● **How to complete this task**
Among the entries below, please repeat exactly and only the lines from the line containing "#93=VERTEX_POINT('',#92);" to the line containing "#124=FACE_BOUND('',#123,.F.);", both lines included.

● **Exercise data**
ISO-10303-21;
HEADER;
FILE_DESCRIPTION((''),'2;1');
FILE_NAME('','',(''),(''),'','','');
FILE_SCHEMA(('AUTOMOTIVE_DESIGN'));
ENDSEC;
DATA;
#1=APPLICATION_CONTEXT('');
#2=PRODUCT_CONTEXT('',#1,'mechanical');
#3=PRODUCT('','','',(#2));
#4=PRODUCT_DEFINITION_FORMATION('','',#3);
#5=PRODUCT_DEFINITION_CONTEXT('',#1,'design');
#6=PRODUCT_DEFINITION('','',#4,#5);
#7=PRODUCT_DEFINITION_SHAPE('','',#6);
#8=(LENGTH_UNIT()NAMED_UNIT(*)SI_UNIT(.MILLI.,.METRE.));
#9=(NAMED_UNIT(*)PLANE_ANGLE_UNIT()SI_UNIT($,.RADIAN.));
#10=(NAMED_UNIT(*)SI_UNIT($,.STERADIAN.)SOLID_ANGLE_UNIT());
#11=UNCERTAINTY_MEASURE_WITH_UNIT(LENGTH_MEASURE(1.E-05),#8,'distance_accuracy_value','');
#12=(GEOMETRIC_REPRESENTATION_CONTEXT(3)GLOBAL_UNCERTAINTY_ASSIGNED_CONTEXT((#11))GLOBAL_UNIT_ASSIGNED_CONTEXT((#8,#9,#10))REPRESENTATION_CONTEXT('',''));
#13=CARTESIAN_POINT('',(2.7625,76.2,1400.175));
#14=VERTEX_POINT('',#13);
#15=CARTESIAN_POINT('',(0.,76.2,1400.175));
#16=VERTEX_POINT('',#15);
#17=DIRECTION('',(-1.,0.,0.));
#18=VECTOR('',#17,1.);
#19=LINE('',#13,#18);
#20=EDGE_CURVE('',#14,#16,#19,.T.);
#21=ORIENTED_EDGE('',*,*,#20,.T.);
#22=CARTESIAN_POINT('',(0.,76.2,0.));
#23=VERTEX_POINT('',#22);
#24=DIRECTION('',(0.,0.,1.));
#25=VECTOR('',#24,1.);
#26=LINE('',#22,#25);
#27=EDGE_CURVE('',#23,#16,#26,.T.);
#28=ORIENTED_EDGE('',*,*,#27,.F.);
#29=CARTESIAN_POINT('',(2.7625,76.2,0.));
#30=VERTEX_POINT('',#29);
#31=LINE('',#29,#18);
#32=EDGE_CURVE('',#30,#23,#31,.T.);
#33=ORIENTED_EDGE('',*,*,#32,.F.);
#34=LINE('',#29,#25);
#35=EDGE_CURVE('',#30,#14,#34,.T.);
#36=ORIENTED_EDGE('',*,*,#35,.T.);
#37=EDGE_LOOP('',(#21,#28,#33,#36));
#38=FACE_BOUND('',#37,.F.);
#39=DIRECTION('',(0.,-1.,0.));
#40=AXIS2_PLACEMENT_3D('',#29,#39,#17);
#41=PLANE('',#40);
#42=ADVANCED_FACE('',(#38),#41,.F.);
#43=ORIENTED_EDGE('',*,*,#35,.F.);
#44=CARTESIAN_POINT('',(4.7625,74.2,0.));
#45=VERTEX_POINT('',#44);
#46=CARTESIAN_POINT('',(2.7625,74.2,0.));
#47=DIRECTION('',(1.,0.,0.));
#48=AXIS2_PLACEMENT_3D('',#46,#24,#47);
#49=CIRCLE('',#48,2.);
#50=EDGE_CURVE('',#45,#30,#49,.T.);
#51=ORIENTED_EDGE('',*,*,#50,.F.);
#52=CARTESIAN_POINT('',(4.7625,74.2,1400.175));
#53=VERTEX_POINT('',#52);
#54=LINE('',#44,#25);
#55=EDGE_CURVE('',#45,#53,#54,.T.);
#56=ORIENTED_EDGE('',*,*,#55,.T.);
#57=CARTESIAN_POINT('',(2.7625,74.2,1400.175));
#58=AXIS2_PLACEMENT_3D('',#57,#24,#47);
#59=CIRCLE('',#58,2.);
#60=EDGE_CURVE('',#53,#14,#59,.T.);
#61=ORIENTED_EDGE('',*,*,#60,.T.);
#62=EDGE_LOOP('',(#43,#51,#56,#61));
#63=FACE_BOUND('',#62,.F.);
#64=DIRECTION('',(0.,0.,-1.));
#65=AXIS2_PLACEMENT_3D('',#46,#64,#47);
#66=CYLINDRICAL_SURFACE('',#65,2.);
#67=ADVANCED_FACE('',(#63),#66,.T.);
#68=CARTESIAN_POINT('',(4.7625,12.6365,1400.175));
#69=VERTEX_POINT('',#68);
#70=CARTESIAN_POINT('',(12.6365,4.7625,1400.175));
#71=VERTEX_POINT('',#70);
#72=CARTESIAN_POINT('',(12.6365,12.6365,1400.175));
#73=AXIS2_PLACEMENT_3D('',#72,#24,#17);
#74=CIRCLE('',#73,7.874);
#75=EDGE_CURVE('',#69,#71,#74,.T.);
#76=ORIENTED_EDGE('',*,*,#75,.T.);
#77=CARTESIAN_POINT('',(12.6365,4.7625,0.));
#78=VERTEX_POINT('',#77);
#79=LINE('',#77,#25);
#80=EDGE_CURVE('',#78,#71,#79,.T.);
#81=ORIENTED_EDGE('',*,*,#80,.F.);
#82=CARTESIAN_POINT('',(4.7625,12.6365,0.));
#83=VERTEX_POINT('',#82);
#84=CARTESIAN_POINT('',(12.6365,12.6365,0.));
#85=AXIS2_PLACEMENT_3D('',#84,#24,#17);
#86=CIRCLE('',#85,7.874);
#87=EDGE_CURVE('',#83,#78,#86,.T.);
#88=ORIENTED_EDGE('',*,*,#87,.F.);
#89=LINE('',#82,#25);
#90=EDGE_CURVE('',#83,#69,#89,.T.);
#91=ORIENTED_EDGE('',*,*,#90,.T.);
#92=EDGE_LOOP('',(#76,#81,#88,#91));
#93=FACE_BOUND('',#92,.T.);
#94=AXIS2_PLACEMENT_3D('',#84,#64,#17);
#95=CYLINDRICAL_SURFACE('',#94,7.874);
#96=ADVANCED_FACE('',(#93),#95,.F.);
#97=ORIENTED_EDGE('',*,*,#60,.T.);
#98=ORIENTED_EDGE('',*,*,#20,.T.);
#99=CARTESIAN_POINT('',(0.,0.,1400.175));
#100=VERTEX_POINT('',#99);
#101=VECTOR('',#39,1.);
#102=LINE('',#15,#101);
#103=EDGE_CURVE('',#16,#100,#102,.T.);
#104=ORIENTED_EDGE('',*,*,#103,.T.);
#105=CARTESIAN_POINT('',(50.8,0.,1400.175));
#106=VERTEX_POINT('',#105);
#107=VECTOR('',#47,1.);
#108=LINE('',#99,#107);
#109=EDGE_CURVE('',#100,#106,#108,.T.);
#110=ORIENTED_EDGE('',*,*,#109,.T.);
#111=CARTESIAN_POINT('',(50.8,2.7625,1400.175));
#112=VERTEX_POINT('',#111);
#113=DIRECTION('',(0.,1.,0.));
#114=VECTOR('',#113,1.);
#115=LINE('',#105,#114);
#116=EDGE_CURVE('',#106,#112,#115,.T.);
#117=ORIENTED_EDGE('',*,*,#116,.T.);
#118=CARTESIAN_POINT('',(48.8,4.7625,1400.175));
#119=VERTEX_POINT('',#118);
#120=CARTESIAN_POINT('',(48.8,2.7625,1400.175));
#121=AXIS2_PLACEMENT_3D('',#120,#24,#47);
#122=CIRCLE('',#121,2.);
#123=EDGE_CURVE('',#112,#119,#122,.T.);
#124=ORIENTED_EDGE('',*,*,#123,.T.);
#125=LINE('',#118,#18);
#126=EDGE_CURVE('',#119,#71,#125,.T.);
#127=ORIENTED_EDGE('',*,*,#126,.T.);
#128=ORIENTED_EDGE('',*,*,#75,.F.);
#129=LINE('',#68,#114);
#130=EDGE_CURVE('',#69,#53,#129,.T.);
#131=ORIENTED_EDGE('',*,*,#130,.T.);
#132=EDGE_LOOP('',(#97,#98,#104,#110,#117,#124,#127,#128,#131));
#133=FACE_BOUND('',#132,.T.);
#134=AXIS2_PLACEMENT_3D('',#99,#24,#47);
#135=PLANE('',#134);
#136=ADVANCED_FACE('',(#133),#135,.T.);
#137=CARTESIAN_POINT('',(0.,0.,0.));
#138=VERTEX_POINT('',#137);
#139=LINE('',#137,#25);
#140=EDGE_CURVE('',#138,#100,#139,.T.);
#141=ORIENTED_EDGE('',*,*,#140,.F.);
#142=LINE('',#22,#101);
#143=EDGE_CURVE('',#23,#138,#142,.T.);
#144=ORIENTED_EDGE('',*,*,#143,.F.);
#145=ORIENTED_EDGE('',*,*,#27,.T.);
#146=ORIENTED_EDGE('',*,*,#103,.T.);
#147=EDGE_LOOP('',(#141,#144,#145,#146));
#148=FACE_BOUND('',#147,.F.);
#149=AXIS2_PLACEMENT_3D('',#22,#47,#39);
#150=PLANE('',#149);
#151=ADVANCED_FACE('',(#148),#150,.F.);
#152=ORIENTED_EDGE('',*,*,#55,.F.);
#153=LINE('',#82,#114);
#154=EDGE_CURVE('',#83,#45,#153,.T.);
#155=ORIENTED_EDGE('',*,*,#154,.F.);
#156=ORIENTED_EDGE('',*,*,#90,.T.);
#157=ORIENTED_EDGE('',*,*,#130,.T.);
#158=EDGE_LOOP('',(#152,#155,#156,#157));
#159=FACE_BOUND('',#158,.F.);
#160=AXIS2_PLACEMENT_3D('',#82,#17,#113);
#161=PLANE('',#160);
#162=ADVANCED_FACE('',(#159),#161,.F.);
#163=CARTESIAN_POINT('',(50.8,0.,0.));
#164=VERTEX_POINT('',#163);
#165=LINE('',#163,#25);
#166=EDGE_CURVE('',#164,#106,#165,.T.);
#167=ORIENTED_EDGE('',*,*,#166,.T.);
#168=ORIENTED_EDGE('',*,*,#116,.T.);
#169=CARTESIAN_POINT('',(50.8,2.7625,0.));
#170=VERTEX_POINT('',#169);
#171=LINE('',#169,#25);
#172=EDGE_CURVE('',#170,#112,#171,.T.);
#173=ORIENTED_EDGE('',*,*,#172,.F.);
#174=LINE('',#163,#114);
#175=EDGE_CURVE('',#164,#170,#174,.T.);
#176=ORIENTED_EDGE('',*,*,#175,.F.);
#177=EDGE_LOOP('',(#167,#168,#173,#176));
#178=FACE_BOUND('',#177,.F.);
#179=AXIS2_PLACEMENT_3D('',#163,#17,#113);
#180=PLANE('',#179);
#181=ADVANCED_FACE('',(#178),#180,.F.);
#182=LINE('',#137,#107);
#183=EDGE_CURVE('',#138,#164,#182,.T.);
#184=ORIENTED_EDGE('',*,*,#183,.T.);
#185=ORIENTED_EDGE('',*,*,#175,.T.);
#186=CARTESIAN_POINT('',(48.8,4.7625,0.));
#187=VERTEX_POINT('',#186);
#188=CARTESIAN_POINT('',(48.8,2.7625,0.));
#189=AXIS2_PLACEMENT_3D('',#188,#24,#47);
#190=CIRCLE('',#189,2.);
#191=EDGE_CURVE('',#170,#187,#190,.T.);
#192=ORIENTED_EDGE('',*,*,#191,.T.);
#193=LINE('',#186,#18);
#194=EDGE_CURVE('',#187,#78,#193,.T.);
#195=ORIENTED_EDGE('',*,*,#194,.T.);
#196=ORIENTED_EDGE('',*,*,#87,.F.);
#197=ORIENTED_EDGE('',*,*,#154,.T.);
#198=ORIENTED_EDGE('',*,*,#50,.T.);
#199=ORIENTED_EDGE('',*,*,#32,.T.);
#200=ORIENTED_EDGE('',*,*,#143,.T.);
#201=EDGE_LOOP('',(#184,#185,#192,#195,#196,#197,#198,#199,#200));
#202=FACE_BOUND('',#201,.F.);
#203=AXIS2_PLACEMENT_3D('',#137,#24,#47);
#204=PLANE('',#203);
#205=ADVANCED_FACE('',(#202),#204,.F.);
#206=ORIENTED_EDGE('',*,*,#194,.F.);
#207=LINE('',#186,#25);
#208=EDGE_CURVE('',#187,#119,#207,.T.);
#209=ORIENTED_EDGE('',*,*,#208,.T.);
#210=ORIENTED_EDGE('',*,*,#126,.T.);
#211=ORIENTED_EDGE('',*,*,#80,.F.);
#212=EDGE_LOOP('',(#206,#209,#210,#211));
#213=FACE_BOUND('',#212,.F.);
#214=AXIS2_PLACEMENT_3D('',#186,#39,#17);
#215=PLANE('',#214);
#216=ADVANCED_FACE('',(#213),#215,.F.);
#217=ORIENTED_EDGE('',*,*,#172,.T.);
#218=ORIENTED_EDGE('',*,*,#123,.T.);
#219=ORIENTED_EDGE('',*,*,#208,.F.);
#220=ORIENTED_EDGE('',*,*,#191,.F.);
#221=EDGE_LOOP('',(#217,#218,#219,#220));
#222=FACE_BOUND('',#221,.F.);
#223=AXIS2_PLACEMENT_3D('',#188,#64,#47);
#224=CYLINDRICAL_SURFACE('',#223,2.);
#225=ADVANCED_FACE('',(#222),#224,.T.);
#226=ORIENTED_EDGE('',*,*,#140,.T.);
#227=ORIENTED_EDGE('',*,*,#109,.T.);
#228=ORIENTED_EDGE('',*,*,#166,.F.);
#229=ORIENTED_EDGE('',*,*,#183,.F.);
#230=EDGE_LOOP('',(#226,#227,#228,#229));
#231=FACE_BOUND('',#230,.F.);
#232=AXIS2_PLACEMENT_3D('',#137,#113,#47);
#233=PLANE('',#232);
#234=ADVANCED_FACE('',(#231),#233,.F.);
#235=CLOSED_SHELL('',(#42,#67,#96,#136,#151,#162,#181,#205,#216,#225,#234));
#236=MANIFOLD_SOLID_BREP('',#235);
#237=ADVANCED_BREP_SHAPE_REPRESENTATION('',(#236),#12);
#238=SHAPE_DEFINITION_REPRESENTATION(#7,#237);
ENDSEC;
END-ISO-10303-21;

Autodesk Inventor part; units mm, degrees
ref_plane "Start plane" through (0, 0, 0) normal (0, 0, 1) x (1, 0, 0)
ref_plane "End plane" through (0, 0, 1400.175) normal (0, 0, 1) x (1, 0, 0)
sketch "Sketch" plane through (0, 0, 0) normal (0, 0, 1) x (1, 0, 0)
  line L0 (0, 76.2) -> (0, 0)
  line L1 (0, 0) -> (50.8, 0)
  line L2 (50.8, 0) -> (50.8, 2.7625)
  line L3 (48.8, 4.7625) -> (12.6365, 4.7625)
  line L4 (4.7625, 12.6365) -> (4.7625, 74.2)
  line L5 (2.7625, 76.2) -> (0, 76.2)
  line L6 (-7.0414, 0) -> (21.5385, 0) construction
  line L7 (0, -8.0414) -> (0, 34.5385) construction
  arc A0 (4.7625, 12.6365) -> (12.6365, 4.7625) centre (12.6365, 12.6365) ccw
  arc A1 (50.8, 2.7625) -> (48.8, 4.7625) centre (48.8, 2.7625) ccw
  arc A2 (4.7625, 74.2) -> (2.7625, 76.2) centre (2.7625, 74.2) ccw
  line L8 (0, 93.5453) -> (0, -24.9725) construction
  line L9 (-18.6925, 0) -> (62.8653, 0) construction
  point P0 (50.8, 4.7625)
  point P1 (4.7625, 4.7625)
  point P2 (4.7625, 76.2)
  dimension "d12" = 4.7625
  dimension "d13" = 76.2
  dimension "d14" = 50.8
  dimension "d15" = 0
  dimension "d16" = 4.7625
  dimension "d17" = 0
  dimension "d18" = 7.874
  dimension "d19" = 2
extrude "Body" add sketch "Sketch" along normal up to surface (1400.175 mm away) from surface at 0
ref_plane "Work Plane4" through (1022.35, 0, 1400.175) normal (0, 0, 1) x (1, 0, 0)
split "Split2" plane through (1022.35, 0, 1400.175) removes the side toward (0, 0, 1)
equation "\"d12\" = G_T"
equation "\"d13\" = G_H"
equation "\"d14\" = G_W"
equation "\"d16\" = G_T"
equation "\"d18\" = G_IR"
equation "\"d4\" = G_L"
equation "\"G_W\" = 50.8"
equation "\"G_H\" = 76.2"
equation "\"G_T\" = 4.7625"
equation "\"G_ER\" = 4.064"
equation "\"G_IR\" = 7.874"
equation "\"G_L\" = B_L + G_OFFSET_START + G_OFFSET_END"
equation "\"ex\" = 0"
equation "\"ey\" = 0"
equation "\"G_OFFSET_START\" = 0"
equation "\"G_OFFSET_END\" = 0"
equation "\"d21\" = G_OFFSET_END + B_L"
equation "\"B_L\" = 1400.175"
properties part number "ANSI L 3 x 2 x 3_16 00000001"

...

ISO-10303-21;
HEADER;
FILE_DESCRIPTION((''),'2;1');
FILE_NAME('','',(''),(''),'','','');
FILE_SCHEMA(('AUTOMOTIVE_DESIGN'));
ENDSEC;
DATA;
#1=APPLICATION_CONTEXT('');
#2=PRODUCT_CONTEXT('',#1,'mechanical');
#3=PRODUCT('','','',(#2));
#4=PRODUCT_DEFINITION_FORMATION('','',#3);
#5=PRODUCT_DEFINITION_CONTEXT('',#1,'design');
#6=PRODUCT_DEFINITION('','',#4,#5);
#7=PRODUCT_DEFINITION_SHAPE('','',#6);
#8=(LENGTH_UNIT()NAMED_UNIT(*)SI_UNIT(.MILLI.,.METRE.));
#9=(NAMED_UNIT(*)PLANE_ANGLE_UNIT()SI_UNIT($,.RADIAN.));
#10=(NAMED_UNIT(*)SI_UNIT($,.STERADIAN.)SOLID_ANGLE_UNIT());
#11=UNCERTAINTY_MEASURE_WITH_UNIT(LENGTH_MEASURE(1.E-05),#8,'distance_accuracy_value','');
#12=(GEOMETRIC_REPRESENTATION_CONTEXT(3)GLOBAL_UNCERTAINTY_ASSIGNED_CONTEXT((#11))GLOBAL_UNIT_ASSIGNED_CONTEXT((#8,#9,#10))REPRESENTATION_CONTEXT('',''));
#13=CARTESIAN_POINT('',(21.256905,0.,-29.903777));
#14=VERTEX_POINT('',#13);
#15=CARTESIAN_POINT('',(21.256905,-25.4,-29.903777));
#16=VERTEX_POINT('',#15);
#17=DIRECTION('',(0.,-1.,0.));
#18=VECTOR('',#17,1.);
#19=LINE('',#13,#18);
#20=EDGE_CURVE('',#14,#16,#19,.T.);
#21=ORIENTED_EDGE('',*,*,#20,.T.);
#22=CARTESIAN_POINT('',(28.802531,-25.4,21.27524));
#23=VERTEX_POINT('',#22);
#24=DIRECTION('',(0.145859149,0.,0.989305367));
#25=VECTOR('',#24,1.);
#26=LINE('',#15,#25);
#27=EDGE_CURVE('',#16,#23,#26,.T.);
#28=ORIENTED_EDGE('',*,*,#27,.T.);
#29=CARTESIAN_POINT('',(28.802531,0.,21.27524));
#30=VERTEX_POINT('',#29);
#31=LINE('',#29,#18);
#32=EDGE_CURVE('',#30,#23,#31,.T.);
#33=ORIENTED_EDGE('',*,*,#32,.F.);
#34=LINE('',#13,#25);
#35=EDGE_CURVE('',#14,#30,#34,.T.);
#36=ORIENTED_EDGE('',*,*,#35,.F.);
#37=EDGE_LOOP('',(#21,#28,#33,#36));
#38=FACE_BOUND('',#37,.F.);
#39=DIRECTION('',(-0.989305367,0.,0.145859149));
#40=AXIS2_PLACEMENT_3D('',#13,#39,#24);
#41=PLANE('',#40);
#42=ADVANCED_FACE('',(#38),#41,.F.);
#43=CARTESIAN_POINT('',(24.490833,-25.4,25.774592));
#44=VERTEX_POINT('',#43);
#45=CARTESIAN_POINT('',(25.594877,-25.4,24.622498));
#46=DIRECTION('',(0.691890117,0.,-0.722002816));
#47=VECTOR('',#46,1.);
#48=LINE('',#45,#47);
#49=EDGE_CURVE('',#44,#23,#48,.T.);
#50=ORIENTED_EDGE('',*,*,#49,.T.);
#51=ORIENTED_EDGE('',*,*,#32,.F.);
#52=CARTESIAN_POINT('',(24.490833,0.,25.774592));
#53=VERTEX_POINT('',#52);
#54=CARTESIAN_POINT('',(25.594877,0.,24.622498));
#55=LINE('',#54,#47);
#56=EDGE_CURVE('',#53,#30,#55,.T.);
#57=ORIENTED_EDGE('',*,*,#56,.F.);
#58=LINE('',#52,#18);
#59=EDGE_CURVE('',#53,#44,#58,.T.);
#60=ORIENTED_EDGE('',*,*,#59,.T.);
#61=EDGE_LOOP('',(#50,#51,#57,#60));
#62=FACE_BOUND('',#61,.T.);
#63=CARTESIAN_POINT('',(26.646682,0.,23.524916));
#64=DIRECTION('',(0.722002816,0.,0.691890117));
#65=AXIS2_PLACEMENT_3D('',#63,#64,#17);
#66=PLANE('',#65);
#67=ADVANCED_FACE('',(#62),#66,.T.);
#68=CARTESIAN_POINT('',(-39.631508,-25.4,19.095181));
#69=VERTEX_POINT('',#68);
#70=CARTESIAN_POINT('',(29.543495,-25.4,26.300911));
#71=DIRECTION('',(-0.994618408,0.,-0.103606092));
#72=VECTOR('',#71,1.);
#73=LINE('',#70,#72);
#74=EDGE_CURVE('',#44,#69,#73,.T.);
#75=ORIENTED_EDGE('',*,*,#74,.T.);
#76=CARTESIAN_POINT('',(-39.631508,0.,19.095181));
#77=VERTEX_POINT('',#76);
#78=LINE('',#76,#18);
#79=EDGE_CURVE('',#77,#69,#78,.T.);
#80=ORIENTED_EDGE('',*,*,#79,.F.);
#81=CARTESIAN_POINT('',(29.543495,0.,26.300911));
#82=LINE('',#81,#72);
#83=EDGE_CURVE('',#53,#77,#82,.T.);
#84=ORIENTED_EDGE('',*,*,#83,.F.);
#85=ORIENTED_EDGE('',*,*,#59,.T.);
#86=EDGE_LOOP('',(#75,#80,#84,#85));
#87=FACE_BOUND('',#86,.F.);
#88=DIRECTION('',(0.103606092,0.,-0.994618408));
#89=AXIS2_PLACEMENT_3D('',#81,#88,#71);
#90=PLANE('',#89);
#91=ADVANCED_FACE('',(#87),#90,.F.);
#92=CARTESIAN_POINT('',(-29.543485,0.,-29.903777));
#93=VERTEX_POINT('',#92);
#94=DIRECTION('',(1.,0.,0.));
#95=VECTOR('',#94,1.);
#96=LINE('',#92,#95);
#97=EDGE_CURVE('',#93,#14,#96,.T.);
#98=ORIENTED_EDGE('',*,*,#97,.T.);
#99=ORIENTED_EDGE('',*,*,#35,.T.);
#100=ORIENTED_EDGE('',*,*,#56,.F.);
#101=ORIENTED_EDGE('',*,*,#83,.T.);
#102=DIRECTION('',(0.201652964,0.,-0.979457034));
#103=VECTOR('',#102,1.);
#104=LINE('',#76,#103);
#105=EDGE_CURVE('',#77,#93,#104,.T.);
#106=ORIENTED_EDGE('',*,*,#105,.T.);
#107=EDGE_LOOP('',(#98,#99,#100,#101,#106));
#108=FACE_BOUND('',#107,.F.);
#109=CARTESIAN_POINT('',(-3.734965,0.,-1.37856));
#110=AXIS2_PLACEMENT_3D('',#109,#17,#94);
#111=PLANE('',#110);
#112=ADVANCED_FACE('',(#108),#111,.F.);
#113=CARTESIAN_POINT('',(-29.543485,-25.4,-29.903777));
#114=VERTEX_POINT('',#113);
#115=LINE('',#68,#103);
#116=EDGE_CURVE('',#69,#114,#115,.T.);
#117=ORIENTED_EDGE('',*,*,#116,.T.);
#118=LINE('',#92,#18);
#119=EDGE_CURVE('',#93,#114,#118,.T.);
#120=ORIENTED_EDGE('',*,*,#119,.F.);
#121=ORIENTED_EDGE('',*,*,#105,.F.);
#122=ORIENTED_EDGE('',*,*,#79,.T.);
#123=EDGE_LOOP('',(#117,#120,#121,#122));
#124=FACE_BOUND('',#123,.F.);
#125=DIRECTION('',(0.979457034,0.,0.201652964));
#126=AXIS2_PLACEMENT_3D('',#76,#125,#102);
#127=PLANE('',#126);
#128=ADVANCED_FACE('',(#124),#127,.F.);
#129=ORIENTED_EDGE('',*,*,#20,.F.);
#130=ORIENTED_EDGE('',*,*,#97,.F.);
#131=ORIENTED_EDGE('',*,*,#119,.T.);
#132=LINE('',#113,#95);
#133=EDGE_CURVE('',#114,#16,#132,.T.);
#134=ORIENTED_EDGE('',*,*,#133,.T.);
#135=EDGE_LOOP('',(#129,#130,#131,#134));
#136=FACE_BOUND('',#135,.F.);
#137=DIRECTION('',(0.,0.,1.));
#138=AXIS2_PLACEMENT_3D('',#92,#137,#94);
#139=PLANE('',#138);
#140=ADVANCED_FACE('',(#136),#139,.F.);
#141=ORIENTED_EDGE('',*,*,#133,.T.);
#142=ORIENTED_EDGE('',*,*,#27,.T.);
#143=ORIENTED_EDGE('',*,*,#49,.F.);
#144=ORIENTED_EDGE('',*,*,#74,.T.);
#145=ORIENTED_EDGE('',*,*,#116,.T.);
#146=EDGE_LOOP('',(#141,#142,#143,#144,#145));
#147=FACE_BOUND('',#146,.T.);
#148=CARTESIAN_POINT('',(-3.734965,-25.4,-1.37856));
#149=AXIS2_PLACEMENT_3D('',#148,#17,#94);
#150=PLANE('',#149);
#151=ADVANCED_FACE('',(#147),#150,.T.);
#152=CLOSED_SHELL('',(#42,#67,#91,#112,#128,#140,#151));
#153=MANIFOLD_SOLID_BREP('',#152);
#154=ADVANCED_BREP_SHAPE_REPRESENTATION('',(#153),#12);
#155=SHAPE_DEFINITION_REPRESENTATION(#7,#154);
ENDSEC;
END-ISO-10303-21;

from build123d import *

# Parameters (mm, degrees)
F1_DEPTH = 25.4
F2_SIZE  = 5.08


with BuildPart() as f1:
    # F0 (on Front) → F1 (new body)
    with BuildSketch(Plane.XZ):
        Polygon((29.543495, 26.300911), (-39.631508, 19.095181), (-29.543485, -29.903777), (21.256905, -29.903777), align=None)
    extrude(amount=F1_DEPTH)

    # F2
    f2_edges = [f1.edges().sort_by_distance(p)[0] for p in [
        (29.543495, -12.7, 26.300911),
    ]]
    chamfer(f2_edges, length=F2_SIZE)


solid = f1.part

● **Finished exercise**
#93=VERTEX_POINT('',#92);
#94=DIRECTION('',(1.,0.,0.));
#95=VECTOR('',#94,1.);
#96=LINE('',#92,#95);
#97=EDGE_CURVE('',#93,#14,#96,.T.);
#98=ORIENTED_EDGE('',*,*,#97,.T.);
#99=ORIENTED_EDGE('',*,*,#35,.T.);
#100=ORIENTED_EDGE('',*,*,#56,.F.);
#101=ORIENTED_EDGE('',*,*,#83,.T.);
#102=DIRECTION('',(0.201652964,0.,-0.979457034));
#103=VECTOR('',#102,1.);
#104=LINE('',#76,#103);
#105=EDGE_CURVE('',#77,#93,#104,.T.);
#106=ORIENTED_EDGE('',*,*,#105,.T.);
#107=EDGE_LOOP('',(#98,#99,#100,#101,#106));
#108=FACE_BOUND('',#107,.F.);
#109=CARTESIAN_POINT('',(-3.734965,0.,-1.37856));
#110=AXIS2_PLACEMENT_3D('',#109,#17,#94);
#111=PLANE('',#110);
#112=ADVANCED_FACE('',(#108),#111,.F.);
#113=CARTESIAN_POINT('',(-29.543485,-25.4,-29.903777));
#114=VERTEX_POINT('',#113);
#115=LINE('',#68,#103);
#116=EDGE_CURVE('',#69,#114,#115,.T.);
#117=ORIENTED_EDGE('',*,*,#116,.T.);
#118=LINE('',#92,#18);
#119=EDGE_CURVE('',#93,#114,#118,.T.);
#120=ORIENTED_EDGE('',*,*,#119,.F.);
#121=ORIENTED_EDGE('',*,*,#105,.F.);
#122=ORIENTED_EDGE('',*,*,#79,.T.);
#123=EDGE_LOOP('',(#117,#120,#121,#122));
#124=FACE_BOUND('',#123,.F.);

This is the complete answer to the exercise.